DATA |
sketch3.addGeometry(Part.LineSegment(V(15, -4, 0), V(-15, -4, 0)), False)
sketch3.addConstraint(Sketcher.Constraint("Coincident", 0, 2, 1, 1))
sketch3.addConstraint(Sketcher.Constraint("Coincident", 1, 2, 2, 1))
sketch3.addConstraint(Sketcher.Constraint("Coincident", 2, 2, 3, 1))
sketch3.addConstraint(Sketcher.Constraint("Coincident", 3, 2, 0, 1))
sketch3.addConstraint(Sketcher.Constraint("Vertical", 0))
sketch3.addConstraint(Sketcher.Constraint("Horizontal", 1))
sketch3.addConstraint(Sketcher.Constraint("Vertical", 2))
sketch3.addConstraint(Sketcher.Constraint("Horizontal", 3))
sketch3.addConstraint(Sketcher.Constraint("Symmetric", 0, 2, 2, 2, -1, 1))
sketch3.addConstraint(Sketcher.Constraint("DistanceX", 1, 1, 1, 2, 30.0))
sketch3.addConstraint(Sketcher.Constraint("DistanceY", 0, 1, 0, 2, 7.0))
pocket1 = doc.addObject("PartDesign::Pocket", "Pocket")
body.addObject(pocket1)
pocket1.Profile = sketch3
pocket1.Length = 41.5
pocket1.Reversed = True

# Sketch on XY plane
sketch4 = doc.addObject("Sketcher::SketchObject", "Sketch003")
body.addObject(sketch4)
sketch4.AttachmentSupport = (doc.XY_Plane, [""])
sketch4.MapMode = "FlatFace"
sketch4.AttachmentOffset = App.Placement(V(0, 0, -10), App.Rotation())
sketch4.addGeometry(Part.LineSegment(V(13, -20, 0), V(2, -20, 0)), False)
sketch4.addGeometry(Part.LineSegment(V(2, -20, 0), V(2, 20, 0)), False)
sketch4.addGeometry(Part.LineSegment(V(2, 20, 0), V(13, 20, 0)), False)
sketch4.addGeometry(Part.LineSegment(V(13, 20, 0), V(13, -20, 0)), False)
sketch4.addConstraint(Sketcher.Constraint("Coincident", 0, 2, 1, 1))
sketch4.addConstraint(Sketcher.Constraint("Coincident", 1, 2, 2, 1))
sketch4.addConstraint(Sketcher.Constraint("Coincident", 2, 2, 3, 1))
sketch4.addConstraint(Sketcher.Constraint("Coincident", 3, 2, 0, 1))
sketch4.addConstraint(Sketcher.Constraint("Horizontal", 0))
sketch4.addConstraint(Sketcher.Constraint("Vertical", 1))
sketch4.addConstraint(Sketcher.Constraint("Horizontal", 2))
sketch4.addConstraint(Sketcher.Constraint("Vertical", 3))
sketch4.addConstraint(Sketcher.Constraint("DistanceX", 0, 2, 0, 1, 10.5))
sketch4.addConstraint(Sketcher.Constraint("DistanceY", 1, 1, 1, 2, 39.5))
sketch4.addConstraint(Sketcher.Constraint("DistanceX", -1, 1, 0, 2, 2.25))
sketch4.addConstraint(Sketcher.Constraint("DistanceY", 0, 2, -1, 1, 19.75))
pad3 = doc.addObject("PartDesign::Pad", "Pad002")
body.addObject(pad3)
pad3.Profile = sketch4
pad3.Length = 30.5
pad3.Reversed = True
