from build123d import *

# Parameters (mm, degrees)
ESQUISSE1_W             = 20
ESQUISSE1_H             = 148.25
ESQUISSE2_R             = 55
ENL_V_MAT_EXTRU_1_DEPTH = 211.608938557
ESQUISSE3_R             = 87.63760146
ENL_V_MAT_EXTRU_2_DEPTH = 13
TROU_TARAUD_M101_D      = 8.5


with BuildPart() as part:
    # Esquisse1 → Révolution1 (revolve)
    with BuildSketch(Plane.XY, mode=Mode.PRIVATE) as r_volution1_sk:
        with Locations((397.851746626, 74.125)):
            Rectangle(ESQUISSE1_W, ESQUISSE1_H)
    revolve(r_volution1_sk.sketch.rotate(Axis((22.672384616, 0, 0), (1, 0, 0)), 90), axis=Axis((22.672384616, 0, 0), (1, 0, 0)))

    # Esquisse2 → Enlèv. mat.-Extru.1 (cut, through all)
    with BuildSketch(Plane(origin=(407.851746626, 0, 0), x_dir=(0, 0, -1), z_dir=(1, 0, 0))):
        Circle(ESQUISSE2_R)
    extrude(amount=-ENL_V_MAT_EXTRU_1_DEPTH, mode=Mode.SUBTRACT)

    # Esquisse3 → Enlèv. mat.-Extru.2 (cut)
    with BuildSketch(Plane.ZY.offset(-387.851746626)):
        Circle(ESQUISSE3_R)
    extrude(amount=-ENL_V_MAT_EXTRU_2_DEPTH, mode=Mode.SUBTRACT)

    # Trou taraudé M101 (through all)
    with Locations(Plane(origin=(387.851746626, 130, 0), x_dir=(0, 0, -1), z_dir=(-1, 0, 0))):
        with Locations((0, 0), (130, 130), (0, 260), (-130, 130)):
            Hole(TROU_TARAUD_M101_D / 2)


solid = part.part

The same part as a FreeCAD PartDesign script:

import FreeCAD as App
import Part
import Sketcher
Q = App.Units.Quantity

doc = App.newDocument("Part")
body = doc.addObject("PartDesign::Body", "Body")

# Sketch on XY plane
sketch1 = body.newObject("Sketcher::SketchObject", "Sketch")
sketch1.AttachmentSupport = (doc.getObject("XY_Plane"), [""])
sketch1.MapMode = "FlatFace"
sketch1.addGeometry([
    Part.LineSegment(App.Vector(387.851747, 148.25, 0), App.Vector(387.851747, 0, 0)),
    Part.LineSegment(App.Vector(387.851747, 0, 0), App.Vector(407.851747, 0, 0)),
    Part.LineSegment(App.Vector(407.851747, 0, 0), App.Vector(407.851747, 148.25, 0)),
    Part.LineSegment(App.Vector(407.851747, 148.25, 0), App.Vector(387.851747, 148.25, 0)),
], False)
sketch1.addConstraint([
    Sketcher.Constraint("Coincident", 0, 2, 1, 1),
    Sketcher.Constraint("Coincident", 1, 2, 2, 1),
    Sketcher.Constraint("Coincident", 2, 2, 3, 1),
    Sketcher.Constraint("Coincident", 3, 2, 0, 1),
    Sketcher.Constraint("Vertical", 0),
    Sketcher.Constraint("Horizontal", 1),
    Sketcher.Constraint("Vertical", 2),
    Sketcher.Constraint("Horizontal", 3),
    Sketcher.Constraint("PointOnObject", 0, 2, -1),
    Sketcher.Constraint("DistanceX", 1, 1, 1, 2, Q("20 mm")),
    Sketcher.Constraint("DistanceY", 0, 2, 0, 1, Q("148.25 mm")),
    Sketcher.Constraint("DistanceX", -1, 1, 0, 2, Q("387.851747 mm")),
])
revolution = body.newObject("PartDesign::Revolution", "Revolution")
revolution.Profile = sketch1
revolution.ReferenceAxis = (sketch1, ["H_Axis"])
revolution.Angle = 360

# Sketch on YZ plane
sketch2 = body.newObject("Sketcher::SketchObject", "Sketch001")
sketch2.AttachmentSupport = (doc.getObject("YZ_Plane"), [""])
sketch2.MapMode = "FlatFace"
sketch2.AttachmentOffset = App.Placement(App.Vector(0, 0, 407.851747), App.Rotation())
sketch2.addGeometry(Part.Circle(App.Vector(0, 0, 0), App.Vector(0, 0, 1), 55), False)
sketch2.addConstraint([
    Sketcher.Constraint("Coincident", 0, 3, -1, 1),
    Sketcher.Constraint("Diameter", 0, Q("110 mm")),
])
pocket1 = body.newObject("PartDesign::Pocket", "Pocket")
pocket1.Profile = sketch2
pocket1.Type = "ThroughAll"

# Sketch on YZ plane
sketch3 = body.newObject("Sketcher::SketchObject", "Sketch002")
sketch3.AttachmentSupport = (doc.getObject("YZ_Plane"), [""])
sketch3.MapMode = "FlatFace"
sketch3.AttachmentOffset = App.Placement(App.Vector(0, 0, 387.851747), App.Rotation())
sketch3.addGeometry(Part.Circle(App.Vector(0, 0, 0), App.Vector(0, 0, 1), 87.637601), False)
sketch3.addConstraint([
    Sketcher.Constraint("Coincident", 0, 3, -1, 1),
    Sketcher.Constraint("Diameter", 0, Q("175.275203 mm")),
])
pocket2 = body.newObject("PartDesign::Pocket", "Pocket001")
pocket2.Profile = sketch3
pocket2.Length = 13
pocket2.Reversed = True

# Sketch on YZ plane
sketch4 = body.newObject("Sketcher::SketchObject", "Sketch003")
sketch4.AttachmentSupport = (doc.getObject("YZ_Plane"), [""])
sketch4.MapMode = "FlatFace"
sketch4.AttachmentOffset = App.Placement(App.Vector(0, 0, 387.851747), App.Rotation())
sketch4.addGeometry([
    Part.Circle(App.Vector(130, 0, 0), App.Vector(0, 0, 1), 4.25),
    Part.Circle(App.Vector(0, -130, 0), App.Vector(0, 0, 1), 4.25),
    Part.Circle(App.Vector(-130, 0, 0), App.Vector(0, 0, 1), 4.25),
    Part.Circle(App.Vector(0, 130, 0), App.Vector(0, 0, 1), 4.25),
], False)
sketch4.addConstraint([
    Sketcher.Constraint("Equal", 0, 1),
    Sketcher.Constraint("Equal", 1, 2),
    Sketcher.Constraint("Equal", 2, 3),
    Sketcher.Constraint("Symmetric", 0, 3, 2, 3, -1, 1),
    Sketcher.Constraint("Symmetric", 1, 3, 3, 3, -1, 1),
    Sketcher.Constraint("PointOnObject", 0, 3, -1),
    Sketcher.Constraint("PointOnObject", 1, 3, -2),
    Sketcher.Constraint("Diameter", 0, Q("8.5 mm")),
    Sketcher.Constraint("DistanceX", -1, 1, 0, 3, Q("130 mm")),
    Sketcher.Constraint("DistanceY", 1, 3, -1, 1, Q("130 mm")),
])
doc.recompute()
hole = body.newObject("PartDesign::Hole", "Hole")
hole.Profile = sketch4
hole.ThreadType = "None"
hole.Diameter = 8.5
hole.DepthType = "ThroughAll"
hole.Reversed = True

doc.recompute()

PROBLEM STATEMENT | Establish how many lines of the material above hold the word "amount". Nothing but the count should be returned.

EXERCISE RESPONSE | 2